- _Exercise_
Your task is to copy every line of the entries that contains "through".

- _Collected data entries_
________________________
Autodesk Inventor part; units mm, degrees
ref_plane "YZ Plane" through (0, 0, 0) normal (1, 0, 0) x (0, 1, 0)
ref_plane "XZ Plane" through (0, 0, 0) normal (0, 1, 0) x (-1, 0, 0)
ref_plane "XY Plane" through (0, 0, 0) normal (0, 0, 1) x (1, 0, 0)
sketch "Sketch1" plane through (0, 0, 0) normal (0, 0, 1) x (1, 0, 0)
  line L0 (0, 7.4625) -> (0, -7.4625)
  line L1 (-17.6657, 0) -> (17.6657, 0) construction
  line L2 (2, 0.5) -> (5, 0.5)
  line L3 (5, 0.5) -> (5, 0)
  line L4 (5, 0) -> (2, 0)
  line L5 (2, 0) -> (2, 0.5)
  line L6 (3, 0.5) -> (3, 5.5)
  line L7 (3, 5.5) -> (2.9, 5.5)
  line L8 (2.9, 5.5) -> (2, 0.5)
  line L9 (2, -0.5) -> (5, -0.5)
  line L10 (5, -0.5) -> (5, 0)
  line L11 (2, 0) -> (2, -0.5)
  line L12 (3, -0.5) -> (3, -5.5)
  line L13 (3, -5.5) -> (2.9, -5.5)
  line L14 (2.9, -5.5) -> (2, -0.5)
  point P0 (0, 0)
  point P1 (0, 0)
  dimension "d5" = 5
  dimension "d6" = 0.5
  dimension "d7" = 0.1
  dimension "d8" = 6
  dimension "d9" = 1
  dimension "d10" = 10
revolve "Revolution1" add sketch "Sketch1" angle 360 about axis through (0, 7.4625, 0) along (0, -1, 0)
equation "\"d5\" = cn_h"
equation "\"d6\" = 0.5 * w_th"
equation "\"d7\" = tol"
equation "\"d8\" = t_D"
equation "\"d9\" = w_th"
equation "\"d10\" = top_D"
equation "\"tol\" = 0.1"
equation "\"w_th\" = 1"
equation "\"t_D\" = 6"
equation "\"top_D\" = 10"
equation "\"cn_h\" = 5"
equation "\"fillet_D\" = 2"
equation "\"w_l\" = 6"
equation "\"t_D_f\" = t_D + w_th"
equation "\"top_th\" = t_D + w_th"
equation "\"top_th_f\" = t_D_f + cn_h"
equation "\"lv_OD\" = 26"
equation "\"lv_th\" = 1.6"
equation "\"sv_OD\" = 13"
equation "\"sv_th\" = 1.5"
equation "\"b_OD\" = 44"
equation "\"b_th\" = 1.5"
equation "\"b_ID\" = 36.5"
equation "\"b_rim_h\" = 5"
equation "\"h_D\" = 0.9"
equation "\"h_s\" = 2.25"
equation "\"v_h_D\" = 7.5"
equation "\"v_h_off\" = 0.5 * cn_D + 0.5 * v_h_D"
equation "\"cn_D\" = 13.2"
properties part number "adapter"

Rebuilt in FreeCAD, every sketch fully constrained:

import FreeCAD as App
import Part
import Sketcher
from FreeCAD import Vector

doc = App.newDocument("Part")
params = doc.addObject("Spreadsheet::Sheet", "Params")
for row, (alias, value) in enumerate([
    ("sketch1_height", "1 mm"),
    ("sketch1_height2", "5 mm"),
    ("sketch1_width", "0.1 mm"),
    ("sketch1_width2", "2 mm"),
    ("revolution_angle", "360 deg"),
], start=1):
    params.set(f"A{row}", alias)
    params.set(f"B{row}", "=" + value)
    params.setAlias(f"B{row}", alias)

body = doc.addObject("PartDesign::Body", "Body")

# Sketch on XY plane
sketch1 = body.newObject("Sketcher::SketchObject", "Sketch")
sketch1.AttachmentSupport = (doc.getObject("XY_Plane"), [""])
sketch1.MapMode = "FlatFace"
sketch1.addGeometry([
    Part.LineSegment(Vector(2.9, 5.5, 0), Vector(2, 0.5, 0)),  # 0
    Part.LineSegment(Vector(2, 0.5, 0), Vector(2, -0.5, 0)),  # 1
    Part.LineSegment(Vector(2, -0.5, 0), Vector(2.9, -5.5, 0)),  # 2
    Part.LineSegment(Vector(2.9, -5.5, 0), Vector(3, -5.5, 0)),  # 3
    Part.LineSegment(Vector(3, -5.5, 0), Vector(3, -0.5, 0)),  # 4
    Part.LineSegment(Vector(3, -0.5, 0), Vector(5, -0.5, 0)),  # 5
    Part.LineSegment(Vector(5, -0.5, 0), Vector(5, 0.5, 0)),  # 6
    Part.LineSegment(Vector(5, 0.5, 0), Vector(3, 0.5, 0)),  # 7
    Part.LineSegment(Vector(3, 0.5, 0), Vector(3, 5.5, 0)),  # 8
    Part.LineSegment(Vector(3, 5.5, 0), Vector(2.9, 5.5, 0)),  # 9
], False)
sketch1.addConstraint([
    Sketcher.Constraint("Coincident", 0, 2, 1, 1),
    Sketcher.Constraint("Coincident", 1, 2, 2, 1),
    Sketcher.Constraint("Coincident", 2, 2, 3, 1),
    Sketcher.Constraint("Coincident", 3, 2, 4, 1),
    Sketcher.Constraint("Coincident", 4, 2, 5, 1),
    Sketcher.Constraint("Coincident", 5, 2, 6, 1),
    Sketcher.Constraint("Coincident", 6, 2, 7, 1),
    Sketcher.Constraint("Coincident", 7, 2, 8, 1),
    Sketcher.Constraint("Coincident", 8, 2, 9, 1),
    Sketcher.Constraint("Coincident", 9, 2, 0, 1),
    Sketcher.Constraint("Vertical", 1),
    Sketcher.Constraint("Horizontal", 3),
    Sketcher.Constraint("Vertical", 4),
    Sketcher.Constraint("Horizontal", 5),
    Sketcher.Constraint("Vertical", 6),
    Sketcher.Constraint("Horizontal", 7),
    Sketcher.Constraint("Vertical", 8),
    Sketcher.Constraint("Horizontal", 9),
    Sketcher.Constraint("Symmetric", 4, 2, 7, 2, -1),
    Sketcher.Constraint("Symmetric", 2, 2, 9, 2, -1),
    Sketcher.Constraint("Horizontal", 1, 2, 4, 2),
    Sketcher.Constraint("Horizontal", 0, 2, 6, 2),
    Sketcher.Constraint("DistanceY", 1, 2, 1, 1, 1.0),
    Sketcher.Constraint("DistanceY", 4, 1, 4, 2, 5.0),
    Sketcher.Constraint("DistanceX", 3, 1, 3, 2, 0.1),
    Sketcher.Constraint("DistanceX", -1, 1, 5, 2, 5.0),
    Sketcher.Constraint("DistanceX", 1, 2, 3, 2, 1.0),
    Sketcher.Constraint("DistanceX", 5, 1, 5, 2, 2.0),
])
sketch1.setExpression("Constraints[22]", "Params.sketch1_height")
sketch1.setExpression("Constraints[23]", "Params.sketch1_height2")
sketch1.setExpression("Constraints[24]", "Params.sketch1_width")
sketch1.setExpression("Constraints[27]", "Params.sketch1_width2")
revolution = body.newObject("PartDesign::Revolution", "Revolution")
revolution.Profile = sketch1
revolution.ReferenceAxis = (sketch1, ["V_Axis"])
revolution.setExpression("Angle", "Params.revolution_angle")

doc.recompute()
________________________
- _Result for this task_
ref_plane "YZ Plane" through (0, 0, 0) normal (1, 0, 0) x (0, 1, 0)
ref_plane "XZ Plane" through (0, 0, 0) normal (0, 1, 0) x (-1, 0, 0)
ref_plane "XY Plane" through (0, 0, 0) normal (0, 0, 1) x (1, 0, 0)
sketch "Sketch1" plane through (0, 0, 0) normal (0, 0, 1) x (1, 0, 0)
revolve "Revolution1" add sketch "Sketch1" angle 360 about axis through (0, 7.4625, 0) along (0, -1, 0)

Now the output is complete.